Nothing but the lines below between the line holding "f 141 73 69" and the line holding "f 106 261 260", inclusive, should appear in the answer, each set down exactly.

Stored data
Content starts

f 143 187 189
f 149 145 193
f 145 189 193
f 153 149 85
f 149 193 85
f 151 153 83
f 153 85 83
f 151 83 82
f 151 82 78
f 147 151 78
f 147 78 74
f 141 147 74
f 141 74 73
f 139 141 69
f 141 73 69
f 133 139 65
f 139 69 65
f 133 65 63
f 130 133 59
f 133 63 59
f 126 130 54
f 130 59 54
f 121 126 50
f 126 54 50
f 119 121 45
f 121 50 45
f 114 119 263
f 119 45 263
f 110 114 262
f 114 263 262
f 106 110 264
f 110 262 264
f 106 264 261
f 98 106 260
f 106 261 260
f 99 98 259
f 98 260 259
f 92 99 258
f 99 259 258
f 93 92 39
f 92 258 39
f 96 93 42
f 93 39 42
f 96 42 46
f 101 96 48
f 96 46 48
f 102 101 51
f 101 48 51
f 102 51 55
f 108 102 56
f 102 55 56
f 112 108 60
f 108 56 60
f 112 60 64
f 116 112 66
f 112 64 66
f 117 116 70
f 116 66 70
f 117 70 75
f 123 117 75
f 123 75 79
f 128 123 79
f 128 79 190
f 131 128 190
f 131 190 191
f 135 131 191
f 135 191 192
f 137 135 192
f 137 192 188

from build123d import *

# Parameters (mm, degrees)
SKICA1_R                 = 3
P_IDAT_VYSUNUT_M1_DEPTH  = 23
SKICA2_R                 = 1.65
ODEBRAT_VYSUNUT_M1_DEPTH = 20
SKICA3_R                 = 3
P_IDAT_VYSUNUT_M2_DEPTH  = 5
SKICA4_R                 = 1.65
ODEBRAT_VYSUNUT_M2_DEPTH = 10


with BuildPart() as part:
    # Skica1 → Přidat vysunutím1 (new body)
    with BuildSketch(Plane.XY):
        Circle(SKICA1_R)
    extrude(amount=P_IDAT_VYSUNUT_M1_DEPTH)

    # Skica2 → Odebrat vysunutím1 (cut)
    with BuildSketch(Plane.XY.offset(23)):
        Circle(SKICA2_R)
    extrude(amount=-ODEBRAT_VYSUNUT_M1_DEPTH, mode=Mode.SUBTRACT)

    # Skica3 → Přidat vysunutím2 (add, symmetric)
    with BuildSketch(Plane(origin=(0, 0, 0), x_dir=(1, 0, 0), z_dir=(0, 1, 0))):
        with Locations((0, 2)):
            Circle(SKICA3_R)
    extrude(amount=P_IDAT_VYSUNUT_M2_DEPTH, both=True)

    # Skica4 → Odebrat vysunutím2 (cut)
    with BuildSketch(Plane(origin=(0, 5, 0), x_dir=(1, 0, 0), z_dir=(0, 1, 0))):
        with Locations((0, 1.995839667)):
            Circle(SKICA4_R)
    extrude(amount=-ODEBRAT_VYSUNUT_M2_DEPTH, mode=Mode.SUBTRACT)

Content ends

→ RESPONSE BELOW:
f 141 73 69
f 133 139 65
f 139 69 65
f 133 65 63
f 130 133 59
f 133 63 59
f 126 130 54
f 130 59 54
f 121 126 50
f 126 54 50
f 119 121 45
f 121 50 45
f 114 119 263
f 119 45 263
f 110 114 262
f 114 263 262
f 106 110 264
f 110 262 264
f 106 264 261
f 98 106 260
f 106 261 260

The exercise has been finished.